Abstract
Purpose :
To investigate the association between perilesional fundus autofluorescence (FAF) patterns and the ratio of photoreceptor (PR) and retinal pigment epithelium (RPE) integrity loss on optical coherence tomography (OCT) in patients with geographic atrophy (GA) secondary to age-related macular degeneration (AMD) in the phase 3 OAKS and DERBY trials.
Methods :
Spectralis OCT and FAF images from the OAKS (NCT03525613) and DERBY (NCT03525600) trials, two phase 3, randomized controlled trials of GA secondary to AMD with intravitreal pegcetacoplan were analyzed. RPE and PR integrity loss was measured on OCT in an automated way by previously validated deep learning-based algorithms. Perilesional FAF patterns were graded by a centralized reading center from the trials according to the Classification of Atrophy Meetings criteria. Pooled study eyes and fellow eyes that met the inclusion/exclusion criteria from both trials were divided into four quartiles (Q1-Q4) determined using baseline PR/RPE loss ratios on OCT. The distribution of FAF patterns between the quartiles was analyzed. The association between baseline FAF pattern and growth of automatically measured RPE and PR integrity loss on OCT will be presented at the meeting for the first time.
Results :
FAF and OCT gradings were available for 1317 pooled study and fellow eyes from both trials together. All study eyes had to present mandatory FAF patterns for inclusion. There was a significantly higher number of eyes with the focal pattern in small quartiles compared to high quartiles (p<0.001).
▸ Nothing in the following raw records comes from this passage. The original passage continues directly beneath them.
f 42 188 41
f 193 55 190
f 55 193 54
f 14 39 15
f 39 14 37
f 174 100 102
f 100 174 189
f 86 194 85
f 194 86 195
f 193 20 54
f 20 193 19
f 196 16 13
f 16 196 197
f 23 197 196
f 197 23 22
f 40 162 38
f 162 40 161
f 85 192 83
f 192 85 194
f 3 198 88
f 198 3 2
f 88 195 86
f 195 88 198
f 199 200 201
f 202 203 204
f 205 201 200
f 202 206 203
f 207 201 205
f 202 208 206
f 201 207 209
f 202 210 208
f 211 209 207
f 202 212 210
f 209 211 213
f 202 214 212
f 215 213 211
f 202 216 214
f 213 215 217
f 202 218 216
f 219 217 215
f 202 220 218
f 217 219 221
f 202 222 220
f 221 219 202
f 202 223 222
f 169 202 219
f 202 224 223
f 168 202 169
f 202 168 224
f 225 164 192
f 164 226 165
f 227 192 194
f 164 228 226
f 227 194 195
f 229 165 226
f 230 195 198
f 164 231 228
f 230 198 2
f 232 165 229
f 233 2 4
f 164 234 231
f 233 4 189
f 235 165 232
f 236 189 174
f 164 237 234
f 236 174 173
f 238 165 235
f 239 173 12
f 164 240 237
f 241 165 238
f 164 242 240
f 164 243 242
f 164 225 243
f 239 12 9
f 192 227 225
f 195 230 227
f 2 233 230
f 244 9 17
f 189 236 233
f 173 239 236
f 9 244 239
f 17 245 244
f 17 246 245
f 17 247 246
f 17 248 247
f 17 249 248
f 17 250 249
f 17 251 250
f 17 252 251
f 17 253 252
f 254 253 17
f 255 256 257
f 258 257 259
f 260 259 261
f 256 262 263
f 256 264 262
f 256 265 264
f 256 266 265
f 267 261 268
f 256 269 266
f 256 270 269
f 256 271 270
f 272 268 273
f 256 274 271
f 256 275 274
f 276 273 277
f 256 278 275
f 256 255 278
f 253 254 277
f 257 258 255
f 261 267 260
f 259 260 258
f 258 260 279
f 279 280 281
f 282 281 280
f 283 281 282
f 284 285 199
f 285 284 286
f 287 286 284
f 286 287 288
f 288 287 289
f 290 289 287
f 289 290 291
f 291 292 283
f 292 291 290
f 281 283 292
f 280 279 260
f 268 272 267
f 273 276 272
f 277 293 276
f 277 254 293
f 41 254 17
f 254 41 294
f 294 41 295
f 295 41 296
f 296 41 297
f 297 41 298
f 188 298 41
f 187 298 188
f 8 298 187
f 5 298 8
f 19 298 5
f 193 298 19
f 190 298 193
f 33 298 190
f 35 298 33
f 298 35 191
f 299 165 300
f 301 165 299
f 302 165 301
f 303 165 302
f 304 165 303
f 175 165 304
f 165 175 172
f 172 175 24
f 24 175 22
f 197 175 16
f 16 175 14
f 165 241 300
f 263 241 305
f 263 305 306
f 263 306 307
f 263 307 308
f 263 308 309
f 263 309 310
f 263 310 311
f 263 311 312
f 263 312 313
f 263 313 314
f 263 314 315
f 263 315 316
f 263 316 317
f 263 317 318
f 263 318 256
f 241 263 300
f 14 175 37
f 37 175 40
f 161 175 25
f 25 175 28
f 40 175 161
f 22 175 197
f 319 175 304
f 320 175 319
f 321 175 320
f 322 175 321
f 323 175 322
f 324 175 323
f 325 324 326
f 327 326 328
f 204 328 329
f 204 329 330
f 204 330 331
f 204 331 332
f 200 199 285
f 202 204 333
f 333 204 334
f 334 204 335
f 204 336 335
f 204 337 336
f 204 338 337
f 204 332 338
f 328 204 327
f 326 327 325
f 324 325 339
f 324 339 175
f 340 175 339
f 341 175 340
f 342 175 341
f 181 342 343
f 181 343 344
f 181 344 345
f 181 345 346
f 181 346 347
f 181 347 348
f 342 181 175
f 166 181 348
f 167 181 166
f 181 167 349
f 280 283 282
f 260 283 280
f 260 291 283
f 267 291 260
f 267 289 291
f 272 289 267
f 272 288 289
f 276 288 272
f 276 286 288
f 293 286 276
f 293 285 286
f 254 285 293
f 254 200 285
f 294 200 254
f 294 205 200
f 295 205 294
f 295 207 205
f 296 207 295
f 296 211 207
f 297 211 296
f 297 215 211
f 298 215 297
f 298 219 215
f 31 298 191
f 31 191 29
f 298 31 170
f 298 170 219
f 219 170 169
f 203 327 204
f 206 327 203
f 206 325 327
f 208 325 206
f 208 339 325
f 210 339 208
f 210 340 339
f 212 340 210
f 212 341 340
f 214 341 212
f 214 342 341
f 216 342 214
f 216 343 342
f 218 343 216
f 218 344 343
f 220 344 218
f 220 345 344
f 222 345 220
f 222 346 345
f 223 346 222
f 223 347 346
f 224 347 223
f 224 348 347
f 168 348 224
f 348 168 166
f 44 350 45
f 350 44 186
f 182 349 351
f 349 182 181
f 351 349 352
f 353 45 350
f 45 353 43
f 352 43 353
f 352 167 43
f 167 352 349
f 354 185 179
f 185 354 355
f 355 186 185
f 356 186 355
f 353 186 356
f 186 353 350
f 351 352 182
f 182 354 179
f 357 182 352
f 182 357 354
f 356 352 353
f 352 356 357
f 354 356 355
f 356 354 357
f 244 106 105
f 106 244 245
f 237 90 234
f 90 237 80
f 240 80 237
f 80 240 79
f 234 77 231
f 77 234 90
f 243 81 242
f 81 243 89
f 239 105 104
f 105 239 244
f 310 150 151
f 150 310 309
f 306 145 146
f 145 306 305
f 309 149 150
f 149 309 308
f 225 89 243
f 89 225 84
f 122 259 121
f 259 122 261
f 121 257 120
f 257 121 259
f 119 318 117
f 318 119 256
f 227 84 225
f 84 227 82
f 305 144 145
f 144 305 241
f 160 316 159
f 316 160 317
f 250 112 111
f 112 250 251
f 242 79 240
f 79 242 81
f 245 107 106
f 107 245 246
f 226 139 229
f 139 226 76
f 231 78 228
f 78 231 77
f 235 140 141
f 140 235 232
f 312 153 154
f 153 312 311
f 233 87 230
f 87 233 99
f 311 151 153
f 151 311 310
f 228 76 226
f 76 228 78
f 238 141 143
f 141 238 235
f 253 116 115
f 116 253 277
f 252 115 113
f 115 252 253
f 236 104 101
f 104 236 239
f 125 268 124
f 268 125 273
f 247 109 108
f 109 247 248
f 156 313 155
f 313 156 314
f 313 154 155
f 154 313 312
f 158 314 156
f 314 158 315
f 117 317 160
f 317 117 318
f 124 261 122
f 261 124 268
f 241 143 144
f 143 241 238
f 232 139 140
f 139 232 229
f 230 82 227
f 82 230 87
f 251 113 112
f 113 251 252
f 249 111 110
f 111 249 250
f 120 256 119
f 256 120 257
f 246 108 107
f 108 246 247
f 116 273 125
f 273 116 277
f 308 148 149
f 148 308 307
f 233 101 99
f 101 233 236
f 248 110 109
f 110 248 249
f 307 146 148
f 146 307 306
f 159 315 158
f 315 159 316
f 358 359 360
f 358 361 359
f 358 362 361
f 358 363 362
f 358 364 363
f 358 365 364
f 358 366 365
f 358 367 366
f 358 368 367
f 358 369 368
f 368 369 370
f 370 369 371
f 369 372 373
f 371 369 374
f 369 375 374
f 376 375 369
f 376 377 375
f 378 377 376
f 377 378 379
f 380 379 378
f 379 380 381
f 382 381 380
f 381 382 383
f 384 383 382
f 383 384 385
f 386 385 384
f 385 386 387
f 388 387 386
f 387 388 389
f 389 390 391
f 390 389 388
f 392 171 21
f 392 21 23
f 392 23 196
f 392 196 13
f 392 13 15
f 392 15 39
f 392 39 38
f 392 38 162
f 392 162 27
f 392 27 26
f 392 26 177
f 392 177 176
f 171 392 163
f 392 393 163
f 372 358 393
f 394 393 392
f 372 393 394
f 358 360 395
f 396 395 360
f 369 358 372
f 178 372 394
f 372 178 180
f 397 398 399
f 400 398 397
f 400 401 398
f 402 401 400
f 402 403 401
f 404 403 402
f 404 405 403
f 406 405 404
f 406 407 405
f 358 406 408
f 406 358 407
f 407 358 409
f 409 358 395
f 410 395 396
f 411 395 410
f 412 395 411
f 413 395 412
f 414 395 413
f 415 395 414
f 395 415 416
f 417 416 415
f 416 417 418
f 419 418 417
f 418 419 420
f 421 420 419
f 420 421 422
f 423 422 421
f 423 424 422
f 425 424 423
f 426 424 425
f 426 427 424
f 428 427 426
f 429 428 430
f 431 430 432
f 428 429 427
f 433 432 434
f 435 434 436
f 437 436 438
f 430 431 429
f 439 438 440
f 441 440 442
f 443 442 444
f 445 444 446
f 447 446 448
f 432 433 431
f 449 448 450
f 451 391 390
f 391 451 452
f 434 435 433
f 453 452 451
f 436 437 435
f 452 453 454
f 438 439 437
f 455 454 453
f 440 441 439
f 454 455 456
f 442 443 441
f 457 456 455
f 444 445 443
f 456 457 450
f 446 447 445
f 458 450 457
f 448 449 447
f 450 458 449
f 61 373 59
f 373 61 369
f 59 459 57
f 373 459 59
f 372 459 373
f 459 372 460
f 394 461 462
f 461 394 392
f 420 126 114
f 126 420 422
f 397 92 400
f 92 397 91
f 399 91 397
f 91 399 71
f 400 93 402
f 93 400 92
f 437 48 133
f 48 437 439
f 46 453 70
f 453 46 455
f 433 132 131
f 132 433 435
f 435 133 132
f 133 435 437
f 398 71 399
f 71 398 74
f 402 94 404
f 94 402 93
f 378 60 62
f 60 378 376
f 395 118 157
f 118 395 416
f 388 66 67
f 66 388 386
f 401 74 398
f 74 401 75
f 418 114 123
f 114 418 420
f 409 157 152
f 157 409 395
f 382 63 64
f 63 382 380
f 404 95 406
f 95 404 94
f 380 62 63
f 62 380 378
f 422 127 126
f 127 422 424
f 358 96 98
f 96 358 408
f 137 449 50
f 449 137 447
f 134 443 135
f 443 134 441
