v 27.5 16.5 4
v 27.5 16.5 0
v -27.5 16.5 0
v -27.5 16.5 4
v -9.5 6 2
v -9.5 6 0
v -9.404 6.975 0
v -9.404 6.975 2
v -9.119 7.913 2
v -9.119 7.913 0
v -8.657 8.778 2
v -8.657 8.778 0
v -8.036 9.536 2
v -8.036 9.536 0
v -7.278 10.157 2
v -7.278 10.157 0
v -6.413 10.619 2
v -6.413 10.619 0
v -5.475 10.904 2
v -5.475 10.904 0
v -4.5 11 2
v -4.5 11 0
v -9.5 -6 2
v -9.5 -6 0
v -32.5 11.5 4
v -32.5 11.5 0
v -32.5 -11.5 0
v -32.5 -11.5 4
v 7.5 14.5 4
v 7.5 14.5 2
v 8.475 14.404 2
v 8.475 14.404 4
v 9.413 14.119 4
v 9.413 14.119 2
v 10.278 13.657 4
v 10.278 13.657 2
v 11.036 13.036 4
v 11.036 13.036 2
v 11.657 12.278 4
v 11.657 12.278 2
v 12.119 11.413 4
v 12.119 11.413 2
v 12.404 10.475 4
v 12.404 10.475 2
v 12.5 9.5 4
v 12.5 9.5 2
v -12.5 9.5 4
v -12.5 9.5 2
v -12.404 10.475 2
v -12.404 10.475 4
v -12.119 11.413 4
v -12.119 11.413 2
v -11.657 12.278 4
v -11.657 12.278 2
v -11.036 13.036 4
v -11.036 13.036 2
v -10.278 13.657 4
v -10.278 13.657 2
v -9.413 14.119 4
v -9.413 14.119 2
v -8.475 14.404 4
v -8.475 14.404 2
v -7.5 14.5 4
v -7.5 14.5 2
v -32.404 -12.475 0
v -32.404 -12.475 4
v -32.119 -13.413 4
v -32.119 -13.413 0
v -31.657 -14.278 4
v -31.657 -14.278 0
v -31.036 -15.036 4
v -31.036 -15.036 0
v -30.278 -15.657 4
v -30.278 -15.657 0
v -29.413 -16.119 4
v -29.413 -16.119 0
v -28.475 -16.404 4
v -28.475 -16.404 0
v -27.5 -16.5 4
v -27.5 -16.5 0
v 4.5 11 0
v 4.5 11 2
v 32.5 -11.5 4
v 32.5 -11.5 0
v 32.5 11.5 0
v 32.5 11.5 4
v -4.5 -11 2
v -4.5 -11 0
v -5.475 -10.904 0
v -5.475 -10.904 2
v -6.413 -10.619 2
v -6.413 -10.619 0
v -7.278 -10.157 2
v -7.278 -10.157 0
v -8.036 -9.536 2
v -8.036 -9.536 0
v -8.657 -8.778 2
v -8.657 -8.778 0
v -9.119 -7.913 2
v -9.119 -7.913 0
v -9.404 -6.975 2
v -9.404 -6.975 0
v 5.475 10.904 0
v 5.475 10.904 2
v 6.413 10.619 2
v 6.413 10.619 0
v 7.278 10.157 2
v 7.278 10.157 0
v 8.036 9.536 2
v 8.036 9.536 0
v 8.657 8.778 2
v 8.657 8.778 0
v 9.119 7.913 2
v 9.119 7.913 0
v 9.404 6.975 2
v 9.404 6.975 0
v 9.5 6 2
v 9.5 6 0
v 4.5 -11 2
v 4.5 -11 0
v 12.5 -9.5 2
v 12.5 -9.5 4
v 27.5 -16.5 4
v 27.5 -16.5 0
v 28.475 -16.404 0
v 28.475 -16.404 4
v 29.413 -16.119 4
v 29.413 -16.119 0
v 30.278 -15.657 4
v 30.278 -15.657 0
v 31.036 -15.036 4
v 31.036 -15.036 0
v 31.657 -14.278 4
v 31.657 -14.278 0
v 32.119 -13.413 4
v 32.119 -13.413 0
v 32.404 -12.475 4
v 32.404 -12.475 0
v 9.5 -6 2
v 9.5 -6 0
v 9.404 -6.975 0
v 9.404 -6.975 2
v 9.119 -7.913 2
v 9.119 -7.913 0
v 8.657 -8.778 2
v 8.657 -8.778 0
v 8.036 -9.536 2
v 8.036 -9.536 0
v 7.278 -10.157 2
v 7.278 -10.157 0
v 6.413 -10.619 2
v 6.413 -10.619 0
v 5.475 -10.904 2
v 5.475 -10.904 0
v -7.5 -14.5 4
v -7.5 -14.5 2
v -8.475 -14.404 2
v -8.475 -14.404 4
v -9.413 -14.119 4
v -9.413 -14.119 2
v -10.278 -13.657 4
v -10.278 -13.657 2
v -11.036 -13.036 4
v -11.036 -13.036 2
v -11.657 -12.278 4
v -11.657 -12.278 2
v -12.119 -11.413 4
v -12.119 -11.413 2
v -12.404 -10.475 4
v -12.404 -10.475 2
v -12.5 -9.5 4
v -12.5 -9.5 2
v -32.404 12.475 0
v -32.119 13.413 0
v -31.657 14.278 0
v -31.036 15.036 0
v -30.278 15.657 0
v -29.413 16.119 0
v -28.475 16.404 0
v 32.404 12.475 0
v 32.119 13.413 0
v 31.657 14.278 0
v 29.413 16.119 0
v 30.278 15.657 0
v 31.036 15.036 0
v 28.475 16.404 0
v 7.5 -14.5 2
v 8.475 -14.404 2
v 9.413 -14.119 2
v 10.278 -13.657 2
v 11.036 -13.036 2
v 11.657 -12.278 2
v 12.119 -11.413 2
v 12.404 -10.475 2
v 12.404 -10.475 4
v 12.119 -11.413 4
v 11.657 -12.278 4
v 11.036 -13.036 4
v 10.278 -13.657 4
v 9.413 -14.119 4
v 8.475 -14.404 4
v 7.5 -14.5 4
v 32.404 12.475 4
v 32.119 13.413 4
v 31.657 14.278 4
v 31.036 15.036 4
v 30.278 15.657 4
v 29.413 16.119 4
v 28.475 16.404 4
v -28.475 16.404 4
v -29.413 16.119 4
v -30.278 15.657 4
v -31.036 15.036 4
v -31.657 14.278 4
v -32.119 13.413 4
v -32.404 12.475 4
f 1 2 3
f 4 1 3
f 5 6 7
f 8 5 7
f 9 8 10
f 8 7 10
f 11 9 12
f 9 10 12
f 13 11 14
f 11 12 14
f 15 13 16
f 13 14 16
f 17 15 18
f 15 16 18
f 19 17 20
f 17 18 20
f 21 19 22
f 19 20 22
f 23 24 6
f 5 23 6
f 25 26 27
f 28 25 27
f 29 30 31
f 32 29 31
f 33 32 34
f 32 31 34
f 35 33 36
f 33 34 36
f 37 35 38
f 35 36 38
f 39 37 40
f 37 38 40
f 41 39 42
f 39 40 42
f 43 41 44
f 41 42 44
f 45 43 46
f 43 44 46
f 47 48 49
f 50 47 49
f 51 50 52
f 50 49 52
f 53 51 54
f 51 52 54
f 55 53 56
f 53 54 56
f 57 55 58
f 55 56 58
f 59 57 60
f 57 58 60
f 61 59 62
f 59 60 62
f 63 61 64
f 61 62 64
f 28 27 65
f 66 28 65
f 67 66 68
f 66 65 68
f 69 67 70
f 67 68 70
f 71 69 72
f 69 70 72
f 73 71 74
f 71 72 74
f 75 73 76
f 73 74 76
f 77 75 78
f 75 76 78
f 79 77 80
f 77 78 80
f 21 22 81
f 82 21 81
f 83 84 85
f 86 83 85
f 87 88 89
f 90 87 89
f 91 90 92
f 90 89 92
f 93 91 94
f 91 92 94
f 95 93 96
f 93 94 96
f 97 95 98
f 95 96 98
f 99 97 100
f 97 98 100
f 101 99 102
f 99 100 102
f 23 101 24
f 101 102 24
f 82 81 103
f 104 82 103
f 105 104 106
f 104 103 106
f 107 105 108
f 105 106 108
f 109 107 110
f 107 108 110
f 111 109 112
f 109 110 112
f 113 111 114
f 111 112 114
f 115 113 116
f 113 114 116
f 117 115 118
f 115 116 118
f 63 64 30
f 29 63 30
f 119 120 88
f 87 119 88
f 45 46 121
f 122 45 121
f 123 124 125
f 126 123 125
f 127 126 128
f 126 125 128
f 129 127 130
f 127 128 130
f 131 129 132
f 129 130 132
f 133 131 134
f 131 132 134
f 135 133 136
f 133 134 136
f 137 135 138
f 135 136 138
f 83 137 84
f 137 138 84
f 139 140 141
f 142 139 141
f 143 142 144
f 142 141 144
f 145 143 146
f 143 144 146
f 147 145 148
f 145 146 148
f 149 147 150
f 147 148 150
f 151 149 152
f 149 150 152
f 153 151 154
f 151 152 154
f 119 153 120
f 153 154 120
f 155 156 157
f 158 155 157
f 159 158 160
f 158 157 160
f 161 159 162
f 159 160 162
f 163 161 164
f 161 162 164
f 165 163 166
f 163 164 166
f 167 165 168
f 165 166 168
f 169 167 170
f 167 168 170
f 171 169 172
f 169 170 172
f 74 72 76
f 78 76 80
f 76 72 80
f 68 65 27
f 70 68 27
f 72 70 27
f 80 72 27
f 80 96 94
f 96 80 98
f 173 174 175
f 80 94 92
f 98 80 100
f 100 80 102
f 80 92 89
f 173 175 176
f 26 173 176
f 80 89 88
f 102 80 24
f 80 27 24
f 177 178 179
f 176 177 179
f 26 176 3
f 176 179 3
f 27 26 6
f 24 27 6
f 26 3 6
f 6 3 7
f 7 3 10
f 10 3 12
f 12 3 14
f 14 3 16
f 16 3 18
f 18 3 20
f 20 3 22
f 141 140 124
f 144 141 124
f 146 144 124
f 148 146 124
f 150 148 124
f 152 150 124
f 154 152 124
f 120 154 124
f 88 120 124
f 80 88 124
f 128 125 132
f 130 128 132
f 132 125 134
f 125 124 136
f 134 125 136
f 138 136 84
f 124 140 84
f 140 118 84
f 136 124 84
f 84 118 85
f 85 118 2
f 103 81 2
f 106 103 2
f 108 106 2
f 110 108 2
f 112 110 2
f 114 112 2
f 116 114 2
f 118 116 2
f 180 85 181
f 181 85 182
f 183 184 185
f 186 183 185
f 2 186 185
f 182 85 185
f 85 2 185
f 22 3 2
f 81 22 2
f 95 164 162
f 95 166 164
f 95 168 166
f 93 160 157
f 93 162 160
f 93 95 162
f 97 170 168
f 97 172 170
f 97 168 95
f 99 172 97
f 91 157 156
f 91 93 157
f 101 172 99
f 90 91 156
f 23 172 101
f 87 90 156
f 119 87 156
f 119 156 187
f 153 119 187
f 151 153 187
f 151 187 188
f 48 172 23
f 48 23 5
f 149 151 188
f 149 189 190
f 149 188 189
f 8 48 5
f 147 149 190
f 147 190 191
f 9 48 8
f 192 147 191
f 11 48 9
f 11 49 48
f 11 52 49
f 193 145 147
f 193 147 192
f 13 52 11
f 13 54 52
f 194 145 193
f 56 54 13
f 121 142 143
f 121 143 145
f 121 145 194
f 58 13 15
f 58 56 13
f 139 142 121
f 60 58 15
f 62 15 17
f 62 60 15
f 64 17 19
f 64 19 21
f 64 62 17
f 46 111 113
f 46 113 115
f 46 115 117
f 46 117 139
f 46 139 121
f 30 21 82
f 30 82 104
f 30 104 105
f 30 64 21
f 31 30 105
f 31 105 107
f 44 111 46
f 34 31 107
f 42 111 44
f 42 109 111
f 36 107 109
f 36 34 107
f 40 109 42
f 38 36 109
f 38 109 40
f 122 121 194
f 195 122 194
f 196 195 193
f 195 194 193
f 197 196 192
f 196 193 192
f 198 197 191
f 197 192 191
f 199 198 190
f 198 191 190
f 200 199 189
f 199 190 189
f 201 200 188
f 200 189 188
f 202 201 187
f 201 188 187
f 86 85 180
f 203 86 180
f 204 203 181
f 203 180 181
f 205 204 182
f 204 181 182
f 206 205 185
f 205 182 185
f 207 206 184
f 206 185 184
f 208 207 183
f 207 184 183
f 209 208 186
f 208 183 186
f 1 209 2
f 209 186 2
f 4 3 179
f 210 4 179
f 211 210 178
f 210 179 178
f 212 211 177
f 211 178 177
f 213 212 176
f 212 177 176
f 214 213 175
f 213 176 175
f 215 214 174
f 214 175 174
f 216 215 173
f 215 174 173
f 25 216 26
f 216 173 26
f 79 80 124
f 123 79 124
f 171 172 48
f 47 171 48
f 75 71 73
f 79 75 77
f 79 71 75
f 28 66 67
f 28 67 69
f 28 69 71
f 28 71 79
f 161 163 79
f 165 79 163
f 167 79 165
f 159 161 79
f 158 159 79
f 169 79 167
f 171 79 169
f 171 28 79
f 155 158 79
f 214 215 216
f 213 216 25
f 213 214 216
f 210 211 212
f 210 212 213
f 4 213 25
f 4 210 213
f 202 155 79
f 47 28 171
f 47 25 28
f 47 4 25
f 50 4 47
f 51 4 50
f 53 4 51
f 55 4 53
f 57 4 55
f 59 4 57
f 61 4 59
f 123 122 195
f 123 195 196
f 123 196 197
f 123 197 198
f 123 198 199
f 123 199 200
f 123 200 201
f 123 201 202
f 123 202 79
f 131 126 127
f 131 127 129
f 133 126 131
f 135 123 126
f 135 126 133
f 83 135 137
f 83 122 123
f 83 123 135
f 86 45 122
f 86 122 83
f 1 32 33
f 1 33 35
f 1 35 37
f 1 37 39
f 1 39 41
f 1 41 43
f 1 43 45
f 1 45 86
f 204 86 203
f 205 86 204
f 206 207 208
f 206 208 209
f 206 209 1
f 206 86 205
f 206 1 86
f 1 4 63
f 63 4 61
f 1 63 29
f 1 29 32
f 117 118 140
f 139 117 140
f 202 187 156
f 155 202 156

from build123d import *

# Parameters (mm, degrees)
F1_DEPTH = 2
F2_DEPTH = 4


with BuildPart() as f1:
    # F0 (on Top) → F1 (new body)
    with BuildSketch(Plane.XY):
        with BuildLine():
            ThreePointArc((32.5, 11.5), (31.035534, 15.035534), (27.5, 16.5))
            Line((27.5, 16.5), (-27.5, 16.5))
            ThreePointArc((-27.5, 16.5), (-31.035534, 15.035534), (-32.5, 11.5))
            Line((-32.5, 11.5), (-32.5, -11.5))
            ThreePointArc((-32.5, -11.5), (-31.035534, -15.035534), (-27.5, -16.5))
            Line((-27.5, -16.5), (27.5, -16.5))
            ThreePointArc((27.5, -16.5), (31.035534, -15.035534), (32.5, -11.5))
            Line((32.5, -11.5), (32.5, 11.5))
        make_face()
        with BuildLine():
            Line((-7.5, 14.5), (7.5, 14.5))
            ThreePointArc((7.5, 14.5), (11.035534, 13.035534), (12.5, 9.5))
            Line((12.5, 9.5), (12.5, -9.5))
            ThreePointArc((12.5, -9.5), (11.035534, -13.035534), (7.5, -14.5))
            Line((7.5, -14.5), (-7.5, -14.5))
            ThreePointArc((-7.5, -14.5), (-11.035534, -13.035534), (-12.5, -9.5))
            Line((-12.5, -9.5), (-12.5, 9.5))
            ThreePointArc((-12.5, 9.5), (-11.035534, 13.035534), (-7.5, 14.5))
        make_face(mode=Mode.SUBTRACT)
        with BuildLine():
            ThreePointArc((12.5, 9.5), (11.035534, 13.035534), (7.5, 14.5))
            Line((7.5, 14.5), (-7.5, 14.5))
            ThreePointArc((-7.5, 14.5), (-11.035534, 13.035534), (-12.5, 9.5))
            Line((-12.5, 9.5), (-12.5, -9.5))
            ThreePointArc((-12.5, -9.5), (-11.035534, -13.035534), (-7.5, -14.5))
            Line((-7.5, -14.5), (7.5, -14.5))
            ThreePointArc((7.5, -14.5), (11.035534, -13.035534), (12.5, -9.5))
            Line((12.5, -9.5), (12.5, 9.5))
        make_face()
        with BuildLine():
            Line((-4.5, 11), (4.5, 11))
            ThreePointArc((4.5, 11), (8.035534, 9.535534), (9.5, 6))
            Line((9.5, 6), (9.5, -6))
            ThreePointArc((9.5, -6), (8.035534, -9.535534), (4.5, -11))
            Line((4.5, -11), (-4.5, -11))
            ThreePointArc((-4.5, -11), (-8.035534, -9.535534), (-9.5, -6))
            Line((-9.5, -6), (-9.5, 6))
            ThreePointArc((-9.5, 6), (-8.035534, 9.535534), (-4.5, 11))
        make_face(mode=Mode.SUBTRACT)
    extrude(amount=F1_DEPTH)

    # F0 (on Top) → F2 (join)
    with BuildSketch(Plane.XY):
        with BuildLine():
            ThreePointArc((32.5, 11.5), (31.035534, 15.035534), (27.5, 16.5))
            Line((27.5, 16.5), (-27.5, 16.5))
            ThreePointArc((-27.5, 16.5), (-31.035534, 15.035534), (-32.5, 11.5))
            Line((-32.5, 11.5), (-32.5, -11.5))
            ThreePointArc((-32.5, -11.5), (-31.035534, -15.035534), (-27.5, -16.5))
            Line((-27.5, -16.5), (27.5, -16.5))
            ThreePointArc((27.5, -16.5), (31.035534, -15.035534), (32.5, -11.5))
            Line((32.5, -11.5), (32.5, 11.5))
        make_face()
        with BuildLine():
            Line((-7.5, 14.5), (7.5, 14.5))
            ThreePointArc((7.5, 14.5), (11.035534, 13.035534), (12.5, 9.5))
            Line((12.5, 9.5), (12.5, -9.5))
            ThreePointArc((12.5, -9.5), (11.035534, -13.035534), (7.5, -14.5))
            Line((7.5, -14.5), (-7.5, -14.5))
            ThreePointArc((-7.5, -14.5), (-11.035534, -13.035534), (-12.5, -9.5))
            Line((-12.5, -9.5), (-12.5, 9.5))
            ThreePointArc((-12.5, 9.5), (-11.035534, 13.035534), (-7.5, 14.5))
The diffuse-trickling pattern was significantly more present in high quartiles compared to low quartiles (p=0.005) reflecting the high density of pseudodrusen as a known marker of GA progression. The banded and patchy pattern did not show a significant difference between the quartiles. The distribution of FAF patterns between PR/RPE loss ratios per quartile is summarized in Figure 1.
Conclusions :
Perilesional FAF patterns are associated with baseline PR/RPE loss ratios and disease activity on OCT in a very variable manner. This finding supports the use of automated measurements of PR/RPE loss ratios on OCT as a reliable biomarker for risk stratification in GA patients rather than specific FAF patterns. This will help in personalized patient selection as well as treatment management of GA patients in clinical routine.
This abstract was presented at the 2024 ARVO Annual Meeting, held in Seattle, WA, May 5-9, 2024.